# Exercise
Begin at the line below that has "#102=EDGE_CURVE('',#97,#14,#101,.T.);" and stop after the line that has "#111=FACE_BOUND('',#110,.T.);". Please restate only those lines, word for word.
***** Given data *****
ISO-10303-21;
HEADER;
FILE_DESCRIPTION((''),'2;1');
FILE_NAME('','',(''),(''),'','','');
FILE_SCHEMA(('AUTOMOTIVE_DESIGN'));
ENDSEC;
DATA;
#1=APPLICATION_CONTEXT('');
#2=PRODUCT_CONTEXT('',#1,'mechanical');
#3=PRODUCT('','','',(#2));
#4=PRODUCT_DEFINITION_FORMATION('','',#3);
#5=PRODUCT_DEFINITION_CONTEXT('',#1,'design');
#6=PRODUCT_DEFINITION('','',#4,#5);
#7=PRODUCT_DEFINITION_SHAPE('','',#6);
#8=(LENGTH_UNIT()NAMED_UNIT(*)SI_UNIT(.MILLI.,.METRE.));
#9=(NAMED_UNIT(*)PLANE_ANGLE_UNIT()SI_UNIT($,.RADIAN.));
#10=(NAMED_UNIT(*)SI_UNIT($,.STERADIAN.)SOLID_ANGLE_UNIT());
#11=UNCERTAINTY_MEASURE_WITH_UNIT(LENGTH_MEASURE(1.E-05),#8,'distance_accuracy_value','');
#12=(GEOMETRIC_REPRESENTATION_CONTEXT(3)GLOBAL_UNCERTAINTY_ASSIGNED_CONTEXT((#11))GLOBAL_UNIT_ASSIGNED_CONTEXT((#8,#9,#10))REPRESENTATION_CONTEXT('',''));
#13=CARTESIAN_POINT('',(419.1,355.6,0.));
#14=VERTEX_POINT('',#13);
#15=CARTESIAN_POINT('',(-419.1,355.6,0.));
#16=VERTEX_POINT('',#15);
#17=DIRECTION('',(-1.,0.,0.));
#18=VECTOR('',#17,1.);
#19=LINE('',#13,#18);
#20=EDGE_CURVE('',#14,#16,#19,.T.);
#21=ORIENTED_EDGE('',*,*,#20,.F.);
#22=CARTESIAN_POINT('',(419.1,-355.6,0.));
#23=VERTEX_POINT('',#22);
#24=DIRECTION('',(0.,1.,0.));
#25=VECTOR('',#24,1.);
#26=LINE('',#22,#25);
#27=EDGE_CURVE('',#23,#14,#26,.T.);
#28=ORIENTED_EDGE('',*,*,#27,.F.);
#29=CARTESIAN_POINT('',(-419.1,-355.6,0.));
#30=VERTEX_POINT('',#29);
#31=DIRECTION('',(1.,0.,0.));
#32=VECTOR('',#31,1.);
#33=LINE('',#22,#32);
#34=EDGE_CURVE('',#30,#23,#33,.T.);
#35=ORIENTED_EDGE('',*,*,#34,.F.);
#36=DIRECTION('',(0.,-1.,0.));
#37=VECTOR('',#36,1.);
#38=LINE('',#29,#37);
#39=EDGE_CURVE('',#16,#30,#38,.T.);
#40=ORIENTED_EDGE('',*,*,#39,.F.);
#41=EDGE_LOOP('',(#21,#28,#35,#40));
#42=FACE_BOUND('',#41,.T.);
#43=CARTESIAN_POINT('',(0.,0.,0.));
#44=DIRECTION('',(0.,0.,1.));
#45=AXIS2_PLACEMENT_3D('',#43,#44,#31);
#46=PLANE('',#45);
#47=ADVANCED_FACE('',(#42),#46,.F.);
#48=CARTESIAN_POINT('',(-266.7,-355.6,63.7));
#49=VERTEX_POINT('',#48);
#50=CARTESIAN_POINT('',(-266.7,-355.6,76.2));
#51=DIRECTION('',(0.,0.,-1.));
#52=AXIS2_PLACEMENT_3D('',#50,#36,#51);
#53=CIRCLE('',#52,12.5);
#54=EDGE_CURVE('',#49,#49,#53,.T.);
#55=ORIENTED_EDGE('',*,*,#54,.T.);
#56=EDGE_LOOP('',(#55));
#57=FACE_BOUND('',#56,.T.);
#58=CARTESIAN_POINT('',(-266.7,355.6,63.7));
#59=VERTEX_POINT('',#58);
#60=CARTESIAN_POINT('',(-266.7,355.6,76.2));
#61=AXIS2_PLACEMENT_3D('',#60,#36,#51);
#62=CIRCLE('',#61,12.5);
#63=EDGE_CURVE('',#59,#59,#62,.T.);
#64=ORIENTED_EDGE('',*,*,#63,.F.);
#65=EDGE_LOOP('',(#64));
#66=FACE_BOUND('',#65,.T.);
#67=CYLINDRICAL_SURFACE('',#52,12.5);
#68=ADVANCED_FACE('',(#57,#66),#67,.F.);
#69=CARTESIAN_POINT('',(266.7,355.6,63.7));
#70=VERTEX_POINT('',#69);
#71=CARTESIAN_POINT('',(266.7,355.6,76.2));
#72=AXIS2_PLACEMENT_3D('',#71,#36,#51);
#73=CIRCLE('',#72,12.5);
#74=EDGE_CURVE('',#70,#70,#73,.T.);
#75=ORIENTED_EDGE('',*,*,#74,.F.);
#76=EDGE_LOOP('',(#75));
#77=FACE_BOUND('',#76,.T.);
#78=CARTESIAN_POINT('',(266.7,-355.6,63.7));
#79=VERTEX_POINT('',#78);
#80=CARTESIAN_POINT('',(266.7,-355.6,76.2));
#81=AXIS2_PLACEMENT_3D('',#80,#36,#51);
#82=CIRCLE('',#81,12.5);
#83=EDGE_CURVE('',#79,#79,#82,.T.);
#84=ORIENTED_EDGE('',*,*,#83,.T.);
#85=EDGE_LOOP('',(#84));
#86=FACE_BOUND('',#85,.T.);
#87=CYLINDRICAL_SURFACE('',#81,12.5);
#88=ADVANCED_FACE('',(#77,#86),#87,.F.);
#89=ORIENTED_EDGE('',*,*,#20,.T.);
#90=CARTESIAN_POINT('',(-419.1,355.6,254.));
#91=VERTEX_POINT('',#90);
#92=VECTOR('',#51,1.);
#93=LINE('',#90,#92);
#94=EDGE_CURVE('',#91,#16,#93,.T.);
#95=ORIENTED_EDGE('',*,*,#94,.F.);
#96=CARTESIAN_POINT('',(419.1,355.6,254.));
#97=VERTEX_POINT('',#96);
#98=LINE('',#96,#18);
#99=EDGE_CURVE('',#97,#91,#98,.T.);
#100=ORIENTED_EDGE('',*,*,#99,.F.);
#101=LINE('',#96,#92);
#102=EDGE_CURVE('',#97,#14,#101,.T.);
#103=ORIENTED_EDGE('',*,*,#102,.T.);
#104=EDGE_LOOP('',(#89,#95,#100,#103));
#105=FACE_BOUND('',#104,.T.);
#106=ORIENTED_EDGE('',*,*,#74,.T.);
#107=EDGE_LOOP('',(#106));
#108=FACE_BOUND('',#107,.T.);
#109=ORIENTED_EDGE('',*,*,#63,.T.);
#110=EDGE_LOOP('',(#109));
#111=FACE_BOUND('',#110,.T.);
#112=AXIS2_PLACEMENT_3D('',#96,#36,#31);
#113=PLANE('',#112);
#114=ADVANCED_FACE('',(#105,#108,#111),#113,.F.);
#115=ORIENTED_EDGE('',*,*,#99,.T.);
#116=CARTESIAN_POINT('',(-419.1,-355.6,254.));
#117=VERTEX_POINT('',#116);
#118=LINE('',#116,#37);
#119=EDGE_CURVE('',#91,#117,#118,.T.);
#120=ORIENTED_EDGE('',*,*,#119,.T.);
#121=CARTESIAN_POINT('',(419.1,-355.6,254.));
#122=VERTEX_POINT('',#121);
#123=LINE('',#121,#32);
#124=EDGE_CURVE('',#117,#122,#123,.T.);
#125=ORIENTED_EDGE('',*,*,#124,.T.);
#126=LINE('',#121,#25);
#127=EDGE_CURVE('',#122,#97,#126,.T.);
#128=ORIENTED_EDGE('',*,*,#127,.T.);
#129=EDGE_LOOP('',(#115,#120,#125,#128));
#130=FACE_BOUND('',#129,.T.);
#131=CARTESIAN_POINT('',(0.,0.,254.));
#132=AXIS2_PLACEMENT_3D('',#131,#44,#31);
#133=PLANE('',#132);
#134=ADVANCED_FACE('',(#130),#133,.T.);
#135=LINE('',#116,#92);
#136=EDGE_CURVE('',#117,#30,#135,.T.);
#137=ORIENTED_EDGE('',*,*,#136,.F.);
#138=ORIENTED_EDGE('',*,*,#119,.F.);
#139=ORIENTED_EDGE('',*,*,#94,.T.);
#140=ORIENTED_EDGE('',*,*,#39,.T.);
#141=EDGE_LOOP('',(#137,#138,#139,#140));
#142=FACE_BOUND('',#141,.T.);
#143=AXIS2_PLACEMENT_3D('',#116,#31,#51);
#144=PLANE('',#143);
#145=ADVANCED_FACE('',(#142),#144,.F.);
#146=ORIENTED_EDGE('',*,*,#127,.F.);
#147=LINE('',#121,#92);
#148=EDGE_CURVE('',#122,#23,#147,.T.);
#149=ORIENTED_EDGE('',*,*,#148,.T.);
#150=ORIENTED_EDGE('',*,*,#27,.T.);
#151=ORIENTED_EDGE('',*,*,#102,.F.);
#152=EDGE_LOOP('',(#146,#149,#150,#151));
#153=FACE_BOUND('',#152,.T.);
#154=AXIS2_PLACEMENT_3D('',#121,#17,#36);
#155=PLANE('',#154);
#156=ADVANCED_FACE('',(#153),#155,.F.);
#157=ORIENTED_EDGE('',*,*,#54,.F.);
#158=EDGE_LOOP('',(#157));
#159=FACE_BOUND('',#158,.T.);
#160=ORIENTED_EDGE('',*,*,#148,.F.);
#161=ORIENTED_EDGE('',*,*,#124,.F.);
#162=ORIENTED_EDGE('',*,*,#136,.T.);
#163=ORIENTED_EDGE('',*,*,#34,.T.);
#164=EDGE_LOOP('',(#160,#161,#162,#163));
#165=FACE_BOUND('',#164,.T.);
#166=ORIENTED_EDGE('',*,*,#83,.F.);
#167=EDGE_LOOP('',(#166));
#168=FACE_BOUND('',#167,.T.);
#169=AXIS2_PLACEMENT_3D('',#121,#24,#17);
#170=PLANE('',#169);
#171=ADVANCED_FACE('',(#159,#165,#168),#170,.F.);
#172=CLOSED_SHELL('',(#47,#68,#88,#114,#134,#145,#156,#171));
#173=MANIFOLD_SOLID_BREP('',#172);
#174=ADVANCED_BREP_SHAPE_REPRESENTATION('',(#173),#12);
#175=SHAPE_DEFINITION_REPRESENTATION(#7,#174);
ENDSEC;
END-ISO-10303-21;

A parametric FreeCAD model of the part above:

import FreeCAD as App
import Part
import Sketcher

V = App.Vector
Q = App.Units.Quantity

doc = App.newDocument("Part")
body = doc.addObject("PartDesign::Body", "Body")

# Sketch on XY plane
sketch1 = body.newObject("Sketcher::SketchObject", "Sketch")
sketch1.AttachmentSupport = (doc.getObject("XY_Plane"), [""])
sketch1.MapMode = "FlatFace"
sketch1.addGeometry([
    Part.LineSegment(V(-419, 356, 0), V(-419, -356, 0)),
    Part.LineSegment(V(-419, -356, 0), V(419, -356, 0)),
    Part.LineSegment(V(419, -356, 0), V(419, 356, 0)),
    Part.LineSegment(V(419, 356, 0), V(-419, 356, 0)),
], False)
sketch1.addConstraint([
    Sketcher.Constraint("Coincident", 0, 2, 1, 1),
    Sketcher.Constraint("Coincident", 1, 2, 2, 1),
    Sketcher.Constraint("Coincident", 2, 2, 3, 1),
    Sketcher.Constraint("Coincident", 3, 2, 0, 1),
    Sketcher.Constraint("Vertical", 0),
    Sketcher.Constraint("Horizontal", 1),
    Sketcher.Constraint("Vertical", 2),
    Sketcher.Constraint("Horizontal", 3),
    Sketcher.Constraint("Symmetric", 0, 2, 2, 2, -1, 1),
    Sketcher.Constraint("DistanceX", 1, 1, 1, 2, Q("33 in")),
    Sketcher.Constraint("DistanceY", 0, 2, 0, 1, Q("28 in")),
])
pad1 = body.newObject("PartDesign::Pad", "Pad")
pad1.Profile = sketch1
pad1.Length = Q("10 in")

# Sketch on XZ plane
sketch2 = body.newObject("Sketcher::SketchObject", "Sketch001")
sketch2.AttachmentSupport = (doc.getObject("XZ_Plane"), [""])
sketch2.MapMode = "FlatFace"
sketch2.AttachmentOffset = App.Placement(V(0, 0, 14 * 25.4), App.Rotation())
sketch2.addGeometry([
    Part.Circle(V(-267, 76, 0), V(0, 0, 1), 12),
    Part.Circle(V(267, 76, 0), V(0, 0, 1), 12),
], False)
sketch2.addConstraint([
    Sketcher.Constraint("Equal", 0, 1),
    Sketcher.Constraint("Symmetric", 0, 3, 1, 3, -2),
    Sketcher.Constraint("DistanceY", -1, 1, 0, 3, Q("3 in")),
    Sketcher.Constraint("DistanceX", 0, 3, 1, 3, Q("21 in")),
    Sketcher.Constraint("Diameter", 0, 25.0),
])
doc.recompute()
hole = body.newObject("PartDesign::Hole", "Hole")
hole.Profile = sketch2
hole.ThreadType = "None"
hole.Diameter = 25
hole.DepthType = "ThroughAll"

doc.recompute()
*****
# Solution to this exercise
#102=EDGE_CURVE('',#97,#14,#101,.T.);
#103=ORIENTED_EDGE('',*,*,#102,.T.);
#104=EDGE_LOOP('',(#89,#95,#100,#103));
#105=FACE_BOUND('',#104,.T.);
#106=ORIENTED_EDGE('',*,*,#74,.T.);
#107=EDGE_LOOP('',(#106));
#108=FACE_BOUND('',#107,.T.);
#109=ORIENTED_EDGE('',*,*,#63,.T.);
#110=EDGE_LOOP('',(#109));
#111=FACE_BOUND('',#110,.T.);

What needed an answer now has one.